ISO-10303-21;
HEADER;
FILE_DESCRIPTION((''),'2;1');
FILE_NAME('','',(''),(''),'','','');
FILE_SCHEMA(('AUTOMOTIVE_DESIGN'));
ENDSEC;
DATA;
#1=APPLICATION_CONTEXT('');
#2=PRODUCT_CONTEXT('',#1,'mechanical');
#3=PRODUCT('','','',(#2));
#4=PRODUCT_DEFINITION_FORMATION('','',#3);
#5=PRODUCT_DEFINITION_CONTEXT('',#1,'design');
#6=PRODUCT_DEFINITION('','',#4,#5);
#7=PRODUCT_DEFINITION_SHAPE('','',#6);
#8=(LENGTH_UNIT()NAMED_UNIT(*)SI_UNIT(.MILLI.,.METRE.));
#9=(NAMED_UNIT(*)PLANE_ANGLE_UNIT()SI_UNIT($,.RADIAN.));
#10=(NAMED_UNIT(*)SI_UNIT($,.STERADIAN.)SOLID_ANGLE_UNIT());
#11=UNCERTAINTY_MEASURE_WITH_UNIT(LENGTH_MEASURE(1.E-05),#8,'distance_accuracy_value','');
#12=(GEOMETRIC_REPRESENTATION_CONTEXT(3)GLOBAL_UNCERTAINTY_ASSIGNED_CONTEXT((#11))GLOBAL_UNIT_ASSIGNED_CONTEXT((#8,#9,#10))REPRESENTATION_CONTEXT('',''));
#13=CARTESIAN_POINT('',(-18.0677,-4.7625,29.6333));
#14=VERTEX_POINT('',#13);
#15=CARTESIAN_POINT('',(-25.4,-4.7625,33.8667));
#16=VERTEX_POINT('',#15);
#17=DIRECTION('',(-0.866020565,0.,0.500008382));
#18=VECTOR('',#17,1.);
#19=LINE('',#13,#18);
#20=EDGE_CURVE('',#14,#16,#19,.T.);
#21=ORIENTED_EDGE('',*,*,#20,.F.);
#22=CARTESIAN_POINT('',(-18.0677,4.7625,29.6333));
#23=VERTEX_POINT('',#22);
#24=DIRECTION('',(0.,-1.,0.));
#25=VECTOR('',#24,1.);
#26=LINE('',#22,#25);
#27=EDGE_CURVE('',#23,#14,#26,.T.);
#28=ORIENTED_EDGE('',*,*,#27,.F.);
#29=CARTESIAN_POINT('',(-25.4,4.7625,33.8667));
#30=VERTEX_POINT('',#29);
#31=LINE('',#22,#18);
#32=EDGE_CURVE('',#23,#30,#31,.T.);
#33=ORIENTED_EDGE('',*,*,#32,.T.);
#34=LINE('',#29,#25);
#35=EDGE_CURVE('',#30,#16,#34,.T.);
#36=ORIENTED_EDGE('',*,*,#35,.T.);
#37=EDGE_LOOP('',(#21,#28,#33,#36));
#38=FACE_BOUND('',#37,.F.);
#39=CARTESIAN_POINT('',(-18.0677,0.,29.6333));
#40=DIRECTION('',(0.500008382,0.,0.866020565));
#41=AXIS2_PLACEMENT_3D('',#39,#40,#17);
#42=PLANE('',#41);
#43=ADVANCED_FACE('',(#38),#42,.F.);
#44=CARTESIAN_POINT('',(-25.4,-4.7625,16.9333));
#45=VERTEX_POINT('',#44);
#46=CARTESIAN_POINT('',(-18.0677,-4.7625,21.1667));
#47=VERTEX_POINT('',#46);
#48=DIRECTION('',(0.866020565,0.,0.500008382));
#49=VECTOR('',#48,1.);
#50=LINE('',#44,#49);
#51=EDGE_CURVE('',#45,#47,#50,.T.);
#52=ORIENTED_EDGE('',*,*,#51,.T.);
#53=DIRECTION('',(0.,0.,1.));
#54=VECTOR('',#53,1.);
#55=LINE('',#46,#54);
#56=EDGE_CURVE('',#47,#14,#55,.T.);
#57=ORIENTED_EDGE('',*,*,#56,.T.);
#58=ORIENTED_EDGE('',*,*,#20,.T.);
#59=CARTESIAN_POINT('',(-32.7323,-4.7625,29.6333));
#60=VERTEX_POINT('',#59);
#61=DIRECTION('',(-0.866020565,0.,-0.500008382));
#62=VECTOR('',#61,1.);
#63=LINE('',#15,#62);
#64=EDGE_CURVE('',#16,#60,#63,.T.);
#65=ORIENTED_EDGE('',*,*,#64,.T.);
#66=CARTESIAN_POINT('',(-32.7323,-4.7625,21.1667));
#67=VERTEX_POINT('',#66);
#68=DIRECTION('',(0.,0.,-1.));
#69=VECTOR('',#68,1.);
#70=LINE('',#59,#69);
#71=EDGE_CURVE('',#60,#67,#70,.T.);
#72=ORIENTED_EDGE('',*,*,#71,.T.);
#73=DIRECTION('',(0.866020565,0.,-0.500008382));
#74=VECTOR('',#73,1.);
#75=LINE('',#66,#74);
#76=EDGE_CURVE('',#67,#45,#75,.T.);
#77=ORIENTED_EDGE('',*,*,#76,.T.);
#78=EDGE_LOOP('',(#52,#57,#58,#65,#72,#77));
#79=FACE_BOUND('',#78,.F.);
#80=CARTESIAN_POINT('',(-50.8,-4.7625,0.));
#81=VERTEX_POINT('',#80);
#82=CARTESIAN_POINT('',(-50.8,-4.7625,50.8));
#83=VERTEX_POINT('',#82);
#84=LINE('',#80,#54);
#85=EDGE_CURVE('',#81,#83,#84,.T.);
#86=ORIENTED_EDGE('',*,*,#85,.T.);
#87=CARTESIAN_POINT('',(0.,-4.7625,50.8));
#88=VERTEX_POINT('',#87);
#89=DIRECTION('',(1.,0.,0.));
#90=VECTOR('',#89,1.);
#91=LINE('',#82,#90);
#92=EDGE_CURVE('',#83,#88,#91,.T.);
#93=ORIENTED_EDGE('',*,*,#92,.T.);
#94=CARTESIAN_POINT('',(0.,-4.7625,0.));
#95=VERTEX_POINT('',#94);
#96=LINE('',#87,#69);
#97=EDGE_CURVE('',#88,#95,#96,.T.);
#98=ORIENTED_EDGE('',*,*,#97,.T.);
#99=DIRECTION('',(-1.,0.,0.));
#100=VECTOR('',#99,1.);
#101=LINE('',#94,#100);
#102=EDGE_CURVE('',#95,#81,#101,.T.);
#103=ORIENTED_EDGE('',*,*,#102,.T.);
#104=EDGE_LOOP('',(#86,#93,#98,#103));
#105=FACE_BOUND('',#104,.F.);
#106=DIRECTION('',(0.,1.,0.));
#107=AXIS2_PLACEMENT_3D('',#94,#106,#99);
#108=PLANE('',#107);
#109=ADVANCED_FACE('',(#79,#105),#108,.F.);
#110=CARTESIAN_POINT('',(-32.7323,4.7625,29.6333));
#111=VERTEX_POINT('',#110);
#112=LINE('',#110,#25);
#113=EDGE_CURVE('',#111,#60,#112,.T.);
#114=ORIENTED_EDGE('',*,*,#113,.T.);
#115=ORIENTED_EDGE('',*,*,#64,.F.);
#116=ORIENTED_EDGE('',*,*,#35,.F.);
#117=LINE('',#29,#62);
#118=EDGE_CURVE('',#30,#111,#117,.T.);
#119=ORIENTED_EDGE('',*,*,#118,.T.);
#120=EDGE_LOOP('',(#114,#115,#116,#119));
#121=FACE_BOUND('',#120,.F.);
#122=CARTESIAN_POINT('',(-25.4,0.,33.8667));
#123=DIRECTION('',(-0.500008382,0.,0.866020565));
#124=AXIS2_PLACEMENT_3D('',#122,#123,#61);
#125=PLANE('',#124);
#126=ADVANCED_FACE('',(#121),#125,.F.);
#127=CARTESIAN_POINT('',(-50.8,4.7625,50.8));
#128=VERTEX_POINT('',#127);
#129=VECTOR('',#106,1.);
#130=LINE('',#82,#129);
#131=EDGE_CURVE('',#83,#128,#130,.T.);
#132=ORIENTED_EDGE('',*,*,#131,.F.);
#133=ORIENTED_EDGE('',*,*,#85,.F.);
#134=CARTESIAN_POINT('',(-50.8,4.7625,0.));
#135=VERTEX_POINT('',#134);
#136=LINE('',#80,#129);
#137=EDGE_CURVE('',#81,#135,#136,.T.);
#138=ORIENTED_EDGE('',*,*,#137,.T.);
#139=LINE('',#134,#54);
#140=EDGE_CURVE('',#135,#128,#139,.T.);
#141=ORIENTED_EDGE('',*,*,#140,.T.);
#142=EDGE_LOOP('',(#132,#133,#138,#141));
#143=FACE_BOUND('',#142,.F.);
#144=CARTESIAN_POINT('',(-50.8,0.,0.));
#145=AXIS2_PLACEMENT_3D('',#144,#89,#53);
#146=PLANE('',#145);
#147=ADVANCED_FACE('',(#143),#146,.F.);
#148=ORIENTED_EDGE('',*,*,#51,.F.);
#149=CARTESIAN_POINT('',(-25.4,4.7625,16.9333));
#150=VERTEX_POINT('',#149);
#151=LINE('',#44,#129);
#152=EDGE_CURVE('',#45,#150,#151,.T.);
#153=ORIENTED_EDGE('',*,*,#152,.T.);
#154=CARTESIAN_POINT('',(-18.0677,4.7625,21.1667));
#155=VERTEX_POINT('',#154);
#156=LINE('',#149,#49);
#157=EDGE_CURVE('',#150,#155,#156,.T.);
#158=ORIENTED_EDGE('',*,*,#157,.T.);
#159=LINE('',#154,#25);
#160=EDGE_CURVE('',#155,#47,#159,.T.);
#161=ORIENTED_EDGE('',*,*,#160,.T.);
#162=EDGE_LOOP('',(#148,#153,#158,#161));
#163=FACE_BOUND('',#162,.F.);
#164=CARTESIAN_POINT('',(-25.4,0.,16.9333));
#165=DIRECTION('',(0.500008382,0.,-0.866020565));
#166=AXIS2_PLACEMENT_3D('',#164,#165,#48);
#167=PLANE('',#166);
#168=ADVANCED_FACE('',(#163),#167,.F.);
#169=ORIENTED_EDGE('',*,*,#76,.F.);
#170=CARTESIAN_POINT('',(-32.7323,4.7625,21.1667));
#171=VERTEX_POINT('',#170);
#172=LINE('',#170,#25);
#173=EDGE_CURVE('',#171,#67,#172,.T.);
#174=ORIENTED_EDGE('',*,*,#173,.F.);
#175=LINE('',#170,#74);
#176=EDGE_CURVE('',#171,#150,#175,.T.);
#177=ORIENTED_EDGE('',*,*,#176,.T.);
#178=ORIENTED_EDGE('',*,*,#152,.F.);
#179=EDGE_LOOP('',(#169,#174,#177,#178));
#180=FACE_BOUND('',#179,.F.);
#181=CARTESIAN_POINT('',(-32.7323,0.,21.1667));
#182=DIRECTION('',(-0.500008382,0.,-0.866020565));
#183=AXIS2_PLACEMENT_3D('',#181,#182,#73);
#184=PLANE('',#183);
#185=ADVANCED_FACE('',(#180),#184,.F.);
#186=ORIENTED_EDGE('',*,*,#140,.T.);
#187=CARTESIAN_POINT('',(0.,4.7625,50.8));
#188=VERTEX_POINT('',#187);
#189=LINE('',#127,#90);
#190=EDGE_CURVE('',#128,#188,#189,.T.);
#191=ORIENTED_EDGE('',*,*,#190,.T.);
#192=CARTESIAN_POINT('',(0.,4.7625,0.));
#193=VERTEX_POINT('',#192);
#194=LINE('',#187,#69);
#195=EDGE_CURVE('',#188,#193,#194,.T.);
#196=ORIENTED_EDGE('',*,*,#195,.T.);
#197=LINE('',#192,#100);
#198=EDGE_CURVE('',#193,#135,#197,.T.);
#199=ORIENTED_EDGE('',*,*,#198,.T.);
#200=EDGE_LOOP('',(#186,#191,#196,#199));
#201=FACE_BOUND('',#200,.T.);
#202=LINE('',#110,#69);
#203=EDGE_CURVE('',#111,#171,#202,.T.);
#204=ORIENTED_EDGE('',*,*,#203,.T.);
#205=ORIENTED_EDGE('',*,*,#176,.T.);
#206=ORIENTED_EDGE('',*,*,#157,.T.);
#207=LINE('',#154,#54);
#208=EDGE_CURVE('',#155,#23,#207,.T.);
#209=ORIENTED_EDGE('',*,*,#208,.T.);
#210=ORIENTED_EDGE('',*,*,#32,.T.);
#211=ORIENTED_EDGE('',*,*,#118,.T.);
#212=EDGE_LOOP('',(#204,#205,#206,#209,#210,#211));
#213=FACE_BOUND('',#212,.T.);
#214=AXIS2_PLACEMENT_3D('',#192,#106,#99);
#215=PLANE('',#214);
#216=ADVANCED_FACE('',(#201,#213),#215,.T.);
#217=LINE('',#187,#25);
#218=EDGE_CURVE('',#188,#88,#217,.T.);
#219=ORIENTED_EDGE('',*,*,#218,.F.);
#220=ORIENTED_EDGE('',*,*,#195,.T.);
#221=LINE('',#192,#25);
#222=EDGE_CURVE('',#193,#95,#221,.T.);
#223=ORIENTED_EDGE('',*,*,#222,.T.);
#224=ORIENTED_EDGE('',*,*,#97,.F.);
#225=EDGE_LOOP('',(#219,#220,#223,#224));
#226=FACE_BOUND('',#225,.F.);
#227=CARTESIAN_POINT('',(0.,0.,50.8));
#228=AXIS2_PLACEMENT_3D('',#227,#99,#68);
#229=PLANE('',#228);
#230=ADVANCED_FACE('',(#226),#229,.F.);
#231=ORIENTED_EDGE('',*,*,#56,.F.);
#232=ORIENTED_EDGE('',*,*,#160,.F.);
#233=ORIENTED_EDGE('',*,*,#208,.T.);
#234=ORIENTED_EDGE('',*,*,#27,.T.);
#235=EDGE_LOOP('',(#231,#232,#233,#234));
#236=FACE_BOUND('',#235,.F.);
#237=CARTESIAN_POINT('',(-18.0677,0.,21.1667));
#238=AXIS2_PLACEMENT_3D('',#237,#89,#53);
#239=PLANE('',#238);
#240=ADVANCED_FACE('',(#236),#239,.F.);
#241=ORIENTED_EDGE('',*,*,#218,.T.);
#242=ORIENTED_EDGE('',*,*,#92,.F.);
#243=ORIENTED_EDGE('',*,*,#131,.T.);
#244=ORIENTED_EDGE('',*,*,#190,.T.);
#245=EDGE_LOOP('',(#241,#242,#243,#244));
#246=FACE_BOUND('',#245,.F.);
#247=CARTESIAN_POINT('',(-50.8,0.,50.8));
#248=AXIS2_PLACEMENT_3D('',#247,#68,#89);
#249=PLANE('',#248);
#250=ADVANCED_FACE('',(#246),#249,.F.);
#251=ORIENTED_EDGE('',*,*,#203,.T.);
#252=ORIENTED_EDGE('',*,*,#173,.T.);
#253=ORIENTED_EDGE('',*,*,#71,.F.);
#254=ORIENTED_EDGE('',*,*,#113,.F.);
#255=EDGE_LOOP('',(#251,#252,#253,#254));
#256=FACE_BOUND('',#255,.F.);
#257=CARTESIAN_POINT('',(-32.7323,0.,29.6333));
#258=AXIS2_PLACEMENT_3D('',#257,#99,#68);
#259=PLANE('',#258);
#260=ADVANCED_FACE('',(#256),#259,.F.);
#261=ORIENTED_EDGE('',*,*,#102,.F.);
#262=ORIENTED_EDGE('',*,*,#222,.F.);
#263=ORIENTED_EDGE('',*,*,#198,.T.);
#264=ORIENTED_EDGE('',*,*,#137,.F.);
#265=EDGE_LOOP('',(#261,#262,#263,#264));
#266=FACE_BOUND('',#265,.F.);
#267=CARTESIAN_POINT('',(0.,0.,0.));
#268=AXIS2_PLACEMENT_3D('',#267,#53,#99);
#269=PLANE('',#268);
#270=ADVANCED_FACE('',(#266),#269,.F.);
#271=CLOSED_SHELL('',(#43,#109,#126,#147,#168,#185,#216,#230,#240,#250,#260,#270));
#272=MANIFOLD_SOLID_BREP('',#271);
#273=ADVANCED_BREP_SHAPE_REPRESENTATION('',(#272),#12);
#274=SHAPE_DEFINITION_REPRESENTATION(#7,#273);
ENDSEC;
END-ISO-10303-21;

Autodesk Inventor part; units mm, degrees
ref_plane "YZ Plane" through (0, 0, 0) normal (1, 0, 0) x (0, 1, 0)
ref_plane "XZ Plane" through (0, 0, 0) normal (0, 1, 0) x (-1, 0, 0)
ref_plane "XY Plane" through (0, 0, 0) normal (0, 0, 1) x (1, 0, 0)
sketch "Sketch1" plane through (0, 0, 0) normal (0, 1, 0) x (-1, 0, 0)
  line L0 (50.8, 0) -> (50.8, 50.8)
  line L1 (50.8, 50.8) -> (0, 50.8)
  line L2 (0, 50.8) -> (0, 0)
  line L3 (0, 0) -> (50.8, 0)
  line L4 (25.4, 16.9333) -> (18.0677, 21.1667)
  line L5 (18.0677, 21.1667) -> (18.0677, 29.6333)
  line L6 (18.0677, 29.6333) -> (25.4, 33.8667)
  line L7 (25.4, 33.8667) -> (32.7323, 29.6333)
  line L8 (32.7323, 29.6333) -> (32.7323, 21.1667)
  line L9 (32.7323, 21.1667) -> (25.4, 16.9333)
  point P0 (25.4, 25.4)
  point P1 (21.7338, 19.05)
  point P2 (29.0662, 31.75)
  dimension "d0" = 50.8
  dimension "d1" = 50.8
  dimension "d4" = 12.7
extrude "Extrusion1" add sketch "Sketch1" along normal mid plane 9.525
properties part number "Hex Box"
----
> **What to produce**
From the records above, print exactly the lines that run from the line with "#215=PLANE('',#214);" to the line with "#263=ORIENTED_EDGE('',*,*,#198,.T.);", inclusive.

> **Solved problem**
#215=PLANE('',#214);
#216=ADVANCED_FACE('',(#201,#213),#215,.T.);
#217=LINE('',#187,#25);
#218=EDGE_CURVE('',#188,#88,#217,.T.);
#219=ORIENTED_EDGE('',*,*,#218,.F.);
#220=ORIENTED_EDGE('',*,*,#195,.T.);
#221=LINE('',#192,#25);
#222=EDGE_CURVE('',#193,#95,#221,.T.);
#223=ORIENTED_EDGE('',*,*,#222,.T.);
#224=ORIENTED_EDGE('',*,*,#97,.F.);
#225=EDGE_LOOP('',(#219,#220,#223,#224));
#226=FACE_BOUND('',#225,.F.);
#227=CARTESIAN_POINT('',(0.,0.,50.8));
#228=AXIS2_PLACEMENT_3D('',#227,#99,#68);
#229=PLANE('',#228);
#230=ADVANCED_FACE('',(#226),#229,.F.);
#231=ORIENTED_EDGE('',*,*,#56,.F.);
#232=ORIENTED_EDGE('',*,*,#160,.F.);
#233=ORIENTED_EDGE('',*,*,#208,.T.);
#234=ORIENTED_EDGE('',*,*,#27,.T.);
#235=EDGE_LOOP('',(#231,#232,#233,#234));
#236=FACE_BOUND('',#235,.F.);
#237=CARTESIAN_POINT('',(-18.0677,0.,21.1667));
#238=AXIS2_PLACEMENT_3D('',#237,#89,#53);
#239=PLANE('',#238);
#240=ADVANCED_FACE('',(#236),#239,.F.);
#241=ORIENTED_EDGE('',*,*,#218,.T.);
#242=ORIENTED_EDGE('',*,*,#92,.F.);
#243=ORIENTED_EDGE('',*,*,#131,.T.);
#244=ORIENTED_EDGE('',*,*,#190,.T.);
#245=EDGE_LOOP('',(#241,#242,#243,#244));
#246=FACE_BOUND('',#245,.F.);
#247=CARTESIAN_POINT('',(-50.8,0.,50.8));
#248=AXIS2_PLACEMENT_3D('',#247,#68,#89);
#249=PLANE('',#248);
#250=ADVANCED_FACE('',(#246),#249,.F.);
#251=ORIENTED_EDGE('',*,*,#203,.T.);
#252=ORIENTED_EDGE('',*,*,#173,.T.);
#253=ORIENTED_EDGE('',*,*,#71,.F.);
#254=ORIENTED_EDGE('',*,*,#113,.F.);
#255=EDGE_LOOP('',(#251,#252,#253,#254));
#256=FACE_BOUND('',#255,.F.);
#257=CARTESIAN_POINT('',(-32.7323,0.,29.6333));
#258=AXIS2_PLACEMENT_3D('',#257,#99,#68);
#259=PLANE('',#258);
#260=ADVANCED_FACE('',(#256),#259,.F.);
#261=ORIENTED_EDGE('',*,*,#102,.F.);
#262=ORIENTED_EDGE('',*,*,#222,.F.);
#263=ORIENTED_EDGE('',*,*,#198,.T.);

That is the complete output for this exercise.